Your assignment: Reproduce, exactly and in full, only the lines below from the one containing "solid = part.part" through the one containing "FreeCAD Python script".

Source material:

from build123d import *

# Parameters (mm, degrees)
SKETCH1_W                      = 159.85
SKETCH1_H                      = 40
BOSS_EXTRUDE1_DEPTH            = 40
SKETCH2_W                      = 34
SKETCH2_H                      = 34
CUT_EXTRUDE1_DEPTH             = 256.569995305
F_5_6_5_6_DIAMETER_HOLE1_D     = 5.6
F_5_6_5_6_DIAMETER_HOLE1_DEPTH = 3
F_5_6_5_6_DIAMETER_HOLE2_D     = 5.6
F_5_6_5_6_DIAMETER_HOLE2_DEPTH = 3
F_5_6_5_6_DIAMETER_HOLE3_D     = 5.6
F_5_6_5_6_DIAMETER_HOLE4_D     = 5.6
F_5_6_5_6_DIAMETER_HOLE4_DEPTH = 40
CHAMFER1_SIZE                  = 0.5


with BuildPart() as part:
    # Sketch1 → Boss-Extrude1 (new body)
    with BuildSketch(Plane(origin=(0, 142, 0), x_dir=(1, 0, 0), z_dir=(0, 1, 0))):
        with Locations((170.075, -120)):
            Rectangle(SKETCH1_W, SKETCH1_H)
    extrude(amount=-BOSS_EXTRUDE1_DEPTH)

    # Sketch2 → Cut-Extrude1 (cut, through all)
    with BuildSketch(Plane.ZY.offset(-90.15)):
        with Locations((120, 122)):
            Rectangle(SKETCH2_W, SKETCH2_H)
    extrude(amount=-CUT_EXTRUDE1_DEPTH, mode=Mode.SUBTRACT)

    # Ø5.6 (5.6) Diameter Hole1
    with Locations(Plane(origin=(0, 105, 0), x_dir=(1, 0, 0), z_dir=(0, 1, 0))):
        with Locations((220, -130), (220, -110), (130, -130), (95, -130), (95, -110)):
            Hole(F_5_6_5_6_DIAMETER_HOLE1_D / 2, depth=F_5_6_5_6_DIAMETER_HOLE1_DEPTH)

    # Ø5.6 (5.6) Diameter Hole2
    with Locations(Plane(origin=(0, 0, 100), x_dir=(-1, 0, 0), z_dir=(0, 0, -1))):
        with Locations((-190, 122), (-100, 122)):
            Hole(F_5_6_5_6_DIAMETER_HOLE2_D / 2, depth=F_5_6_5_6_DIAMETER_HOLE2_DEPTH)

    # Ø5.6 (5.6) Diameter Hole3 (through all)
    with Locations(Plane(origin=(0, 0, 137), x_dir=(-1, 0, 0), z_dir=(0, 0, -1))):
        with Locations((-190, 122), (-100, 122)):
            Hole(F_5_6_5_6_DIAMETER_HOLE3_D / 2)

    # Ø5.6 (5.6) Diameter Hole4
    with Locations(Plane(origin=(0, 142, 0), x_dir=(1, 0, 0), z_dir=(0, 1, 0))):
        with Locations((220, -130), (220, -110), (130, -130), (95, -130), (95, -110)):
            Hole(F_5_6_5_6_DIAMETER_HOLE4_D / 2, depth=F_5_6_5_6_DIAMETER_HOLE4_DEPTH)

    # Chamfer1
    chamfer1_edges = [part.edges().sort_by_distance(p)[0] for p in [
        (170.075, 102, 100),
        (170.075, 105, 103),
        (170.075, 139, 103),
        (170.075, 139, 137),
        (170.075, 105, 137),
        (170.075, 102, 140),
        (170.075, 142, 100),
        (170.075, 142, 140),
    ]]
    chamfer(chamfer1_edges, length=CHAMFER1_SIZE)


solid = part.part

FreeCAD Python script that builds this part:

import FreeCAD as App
import Part
import Sketcher
from FreeCAD import Vector


def edges_at(feature, points):
    """Names of the edges that pass closest to the given points."""
    edges = feature.Shape.Edges
    near = lambda p: min(range(len(edges)), key=lambda i: edges[i].distToShape(Part.Vertex(*p))[0])
    return sorted({f"Edge{near(p) + 1}" for p in points})


def add_polygon(sketch, points):
    """Adds a closed chain of lines whose ends are joined by coincident constraints."""
    first, n = sketch.GeometryCount, len(points)
    for a, b in zip(points, points[1:] + points[:1]):
        sketch.addGeometry(Part.LineSegment(App.Vector(*a, 0), App.Vector(*b, 0)), False)
    for i in range(n):
        sketch.addConstraint(Sketcher.Constraint("Coincident", first + i, 2, first + (i + 1) % n, 1))

doc = App.newDocument("Part")
params = doc.addObject("Spreadsheet::Sheet", "Params")
for row, (alias, value) in enumerate([
    ("sketch1_height", "40 mm"),
    ("sketch1_width", "159.85 mm"),
    ("pad1_length", "40 mm"),
    ("sketch2_width", "34 mm"),
    ("sketch3_diameter", "5.6 mm"),
    ("hole_diameter", "5.6 mm"),
    ("hole_depth", "3 mm"),
    ("sketch4_diameter", "5.6 mm"),
    ("hole2_diameter", "5.6 mm"),
    ("hole2_depth", "3 mm"),
    ("sketch5_diameter", "5.6 mm"),
    ("hole3_diameter", "5.6 mm"),
    ("sketch6_diameter", "5.6 mm"),
    ("hole4_diameter", "5.6 mm"),
    ("hole4_depth", "40 mm"),
    ("chamfer_size", "0.5 mm"),
], start=1):
    params.set(f"A{row}", alias)
    params.set(f"B{row}", "=" + value)
    params.setAlias(f"B{row}", alias)

body = doc.addObject("PartDesign::Body", "Body")

sketch1 = body.newObject("Sketcher::SketchObject", "Sketch")
sketch1.AttachmentSupport = (doc.getObject("XZ_Plane"), [""])
sketch1.MapMode = "FlatFace"
sketch1.AttachmentOffset = App.Placement(Vector(0, 0, -142), App.Rotation())
add_polygon(sketch1, [(90.15, 100), (90.15, 140), (250, 140), (250, 100)])
sketch1.addConstraint(Sketcher.Constraint("Vertical", 0))
sketch1.addConstraint(Sketcher.Constraint("Horizontal", 1))
sketch1.addConstraint(Sketcher.Constraint("Vertical", 2))
sketch1.addConstraint(Sketcher.Constraint("Horizontal", 3))
sketch1.addConstraint(Sketcher.Constraint("DistanceY", 0, 1, 0, 2, 40.0))
sketch1.addConstraint(Sketcher.Constraint("DistanceY", -1, 1, 0, 2, 140.0))
sketch1.addConstraint(Sketcher.Constraint("DistanceX", -1, 1, 1, 2, 250.0))
sketch1.addConstraint(Sketcher.Constraint("DistanceX", 1, 1, 1, 2, 159.85))
sketch1.setExpression("Constraints[8]", "Params.sketch1_height")
sketch1.setExpression("Constraints[11]", "Params.sketch1_width")
pad1 = body.newObject("PartDesign::Pad", "Pad")
pad1.Profile = sketch1
pad1.setExpression("Length", "Params.pad1_length")

sketch2 = body.newObject("Sketcher::SketchObject", "Sketch001")
sketch2.AttachmentSupport = (doc.getObject("YZ_Plane"), [""])
sketch2.MapMode = "FlatFace"
sketch2.AttachmentOffset = App.Placement(Vector(0, 0, 90.15), App.Rotation())
add_polygon(sketch2, [(139, 103), (105, 103), (105, 137), (139, 137)])
sketch2.addConstraint(Sketcher.Constraint("Horizontal", 0))
sketch2.addConstraint(Sketcher.Constraint("Vertical", 1))
sketch2.addConstraint(Sketcher.Constraint("Horizontal", 2))
sketch2.addConstraint(Sketcher.Constraint("Vertical", 3))
sketch2.addConstraint(Sketcher.Constraint("Equal", 2, 1))
sketch2.addConstraint(Sketcher.Constraint("DistanceX", 0, 2, 0, 1, 34.0))
sketch2.addConstraint(Sketcher.Constraint("DistanceX", -1, 1, 0, 2, 105.0))
sketch2.addConstraint(Sketcher.Constraint("DistanceY", -1, 1, 0, 2, 103.0))
sketch2.setExpression("Constraints[9]", "Params.sketch2_width")
pocket1 = body.newObject("PartDesign::Pocket", "Pocket")
pocket1.Profile = sketch2
pocket1.Type = "ThroughAll"
pocket1.Reversed = True

sketch3 = body.newObject("Sketcher::SketchObject", "Sketch002")
sketch3.AttachmentSupport = (doc.getObject("XZ_Plane"), [""])
sketch3.MapMode = "FlatFace"
sketch3.AttachmentOffset = App.Placement(Vector(0, 0, -105), App.Rotation())
sketch3.addGeometry(Part.Circle(Vector(220, 130, 0), Vector(0, 0, 1), 2.8), False)
sketch3.addGeometry(Part.Circle(Vector(220, 110, 0), Vector(0, 0, 1), 2.8), False)
sketch3.addGeometry(Part.Circle(Vector(130, 130, 0), Vector(0, 0, 1), 2.8), False)
sketch3.addGeometry(Part.Circle(Vector(95, 130, 0), Vector(0, 0, 1), 2.8), False)
sketch3.addGeometry(Part.Circle(Vector(95, 110, 0), Vector(0, 0, 1), 2.8), False)
sketch3.addConstraint(Sketcher.Constraint("Equal", 0, 1))
sketch3.addConstraint(Sketcher.Constraint("Equal", 1, 2))
sketch3.addConstraint(Sketcher.Constraint("Equal", 2, 3))
sketch3.addConstraint(Sketcher.Constraint("Equal", 3, 4))
sketch3.addConstraint(Sketcher.Constraint("Horizontal", 0, 3, 2, 3))
sketch3.addConstraint(Sketcher.Constraint("Horizontal", 2, 3, 3, 3))
sketch3.addConstraint(Sketcher.Constraint("Horizontal", 1, 3, 4, 3))
sketch3.addConstraint(Sketcher.Constraint("Vertical", 0, 3, 1, 3))
sketch3.addConstraint(Sketcher.Constraint("Vertical", 3, 3, 4, 3))
sketch3.addConstraint(Sketcher.Constraint("Diameter", 0, 5.6))
sketch3.addConstraint(Sketcher.Constraint("DistanceX", -1, 1, 0, 3, 220.0))
sketch3.addConstraint(Sketcher.Constraint("DistanceY", -1, 1, 0, 3, 130.0))
sketch3.addConstraint(Sketcher.Constraint("DistanceY", -1, 1, 1, 3, 110.0))
sketch3.addConstraint(Sketcher.Constraint("DistanceX", -1, 1, 2, 3, 130.0))
sketch3.addConstraint(Sketcher.Constraint("DistanceX", -1, 1, 3, 3, 95.0))
sketch3.setExpression("Constraints[9]", "Params.sketch3_diameter")
doc.recompute()
hole = body.newObject("PartDesign::Hole", "Hole")
hole.Profile = sketch3
hole.ThreadType = "None"
hole.setExpression("Diameter", "Params.hole_diameter")
hole.DepthType = "Dimension"
hole.setExpression("Depth", "Params.hole_depth")
hole.DrillPoint = "Flat"
hole.Reversed = True

sketch4 = body.newObject("Sketcher::SketchObject", "Sketch003")
sketch4.AttachmentSupport = (doc.getObject("XY_Plane"), [""])
sketch4.MapMode = "FlatFace"
sketch4.AttachmentOffset = App.Placement(Vector(0, 0, 100), App.Rotation())
sketch4.addGeometry(Part.Circle(Vector(190, 122, 0), Vector(0, 0, 1), 2.8), False)
sketch4.addGeometry(Part.Circle(Vector(100, 122, 0), Vector(0, 0, 1), 2.8), False)
sketch4.addConstraint(Sketcher.Constraint("Equal", 0, 1))
sketch4.addConstraint(Sketcher.Constraint("Horizontal", 0, 3, 1, 3))
sketch4.addConstraint(Sketcher.Constraint("Diameter", 0, 5.6))
sketch4.addConstraint(Sketcher.Constraint("DistanceX", -1, 1, 0, 3, 190.0))
sketch4.addConstraint(Sketcher.Constraint("DistanceY", -1, 1, 0, 3, 122.0))
sketch4.addConstraint(Sketcher.Constraint("DistanceX", -1, 1, 1, 3, 100.0))
sketch4.setExpression("Constraints[2]", "Params.sketch4_diameter")
doc.recompute()
hole2 = body.newObject("PartDesign::Hole", "Hole001")
hole2.Profile = sketch4
hole2.ThreadType = "None"
hole2.setExpression("Diameter", "Params.hole2_diameter")
hole2.DepthType = "Dimension"
hole2.setExpression("Depth", "Params.hole2_depth")
hole2.DrillPoint = "Flat"
hole2.Reversed = True

sketch5 = body.newObject("Sketcher::SketchObject", "Sketch004")
sketch5.AttachmentSupport = (doc.getObject("XY_Plane"), [""])
sketch5.MapMode = "FlatFace"
sketch5.AttachmentOffset = App.Placement(Vector(0, 0, 137), App.Rotation())
sketch5.addGeometry(Part.Circle(Vector(190, 122, 0), Vector(0, 0, 1), 2.8), False)
sketch5.addGeometry(Part.Circle(Vector(100, 122, 0), Vector(0, 0, 1), 2.8), False)
sketch5.addConstraint(Sketcher.Constraint("Equal", 0, 1))
sketch5.addConstraint(Sketcher.Constraint("Horizontal", 0, 3, 1, 3))
sketch5.addConstraint(Sketcher.Constraint("Diameter", 0, 5.6))
sketch5.addConstraint(Sketcher.Constraint("DistanceX", -1, 1, 0, 3, 190.0))
sketch5.addConstraint(Sketcher.Constraint("DistanceY", -1, 1, 0, 3, 122.0))
sketch5.addConstraint(Sketcher.Constraint("DistanceX", -1, 1, 1, 3, 100.0))
sketch5.setExpression("Constraints[2]", "Params.sketch5_diameter")
doc.recompute()
hole3 = body.newObject("PartDesign::Hole", "Hole002")
hole3.Profile = sketch5
hole3.ThreadType = "None"
hole3.setExpression("Diameter", "Params.hole3_diameter")
hole3.DepthType = "ThroughAll"
hole3.Reversed = True

sketch6 = body.newObject("Sketcher::SketchObject", "Sketch005")
sketch6.AttachmentSupport = (doc.getObject("XZ_Plane"), [""])
sketch6.MapMode = "FlatFace"
sketch6.AttachmentOffset = App.Placement(Vector(0, 0, -142), App.Rotation())
sketch6.addGeometry(Part.Circle(Vector(220, 130, 0), Vector(0, 0, 1), 2.8), False)
sketch6.addGeometry(Part.Circle(Vector(220, 110, 0), Vector(0, 0, 1), 2.8), False)
sketch6.addGeometry(Part.Circle(Vector(130, 130, 0), Vector(0, 0, 1), 2.8), False)
sketch6.addGeometry(Part.Circle(Vector(95, 130, 0), Vector(0, 0, 1), 2.8), False)
sketch6.addGeometry(Part.Circle(Vector(95, 110, 0), Vector(0, 0, 1), 2.8), False)
sketch6.addConstraint(Sketcher.Constraint("Equal", 0, 1))
sketch6.addConstraint(Sketcher.Constraint("Equal", 1, 2))
sketch6.addConstraint(Sketcher.Constraint("Equal", 2, 3))
sketch6.addConstraint(Sketcher.Constraint("Equal", 3, 4))
sketch6.addConstraint(Sketcher.Constraint("Horizontal", 0, 3, 2, 3))
sketch6.addConstraint(Sketcher.Constraint("Horizontal", 2, 3, 3, 3))
sketch6.addConstraint(Sketcher.Constraint("Horizontal", 1, 3, 4, 3))
sketch6.addConstraint(Sketcher.Constraint("Vertical", 0, 3, 1, 3))
sketch6.addConstraint(Sketcher.Constraint("Vertical", 3, 3, 4, 3))
sketch6.addConstraint(Sketcher.Constraint("Diameter", 0, 5.6))
sketch6.addConstraint(Sketcher.Constraint("DistanceX", -1, 1, 0, 3, 220.0))
sketch6.addConstraint(Sketcher.Constraint("DistanceY", -1, 1, 0, 3, 130.0))
sketch6.addConstraint(Sketcher.Constraint("DistanceY", -1, 1, 1, 3, 110.0))
sketch6.addConstraint(Sketcher.Constraint("DistanceX", -1, 1, 2, 3, 130.0))
sketch6.addConstraint(Sketcher.Constraint("DistanceX", -1, 1, 3, 3, 95.0))
sketch6.setExpression("Constraints[9]", "Params.sketch6_diameter")
doc.recompute()
hole4 = body.newObject("PartDesign::Hole", "Hole003")
hole4.Profile = sketch6
hole4.ThreadType = "None"
hole4.setExpression("Diameter", "Params.hole4_diameter")
hole4.DepthType = "Dimension"
hole4.setExpression("Depth", "Params.hole4_depth")
hole4.DrillPoint = "Flat"
hole4.Reversed = True
doc.recompute()

chamfer = body.newObject("PartDesign::Chamfer", "Chamfer")
chamfer.Base = (hole4, edges_at(hole4, [
    (170.075, 102, 100),
    (170.075, 105, 103),
    (170.075, 139, 103),
    (170.075, 139, 137),
    (170.075, 105, 137),
    (170.075, 102, 140),
    (170.075, 142, 100),
    (170.075, 142, 140),
]))
chamfer.setExpression("Size", "Params.chamfer_size")

doc.recompute()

Answer section:
solid = part.part

FreeCAD Python script that builds this part:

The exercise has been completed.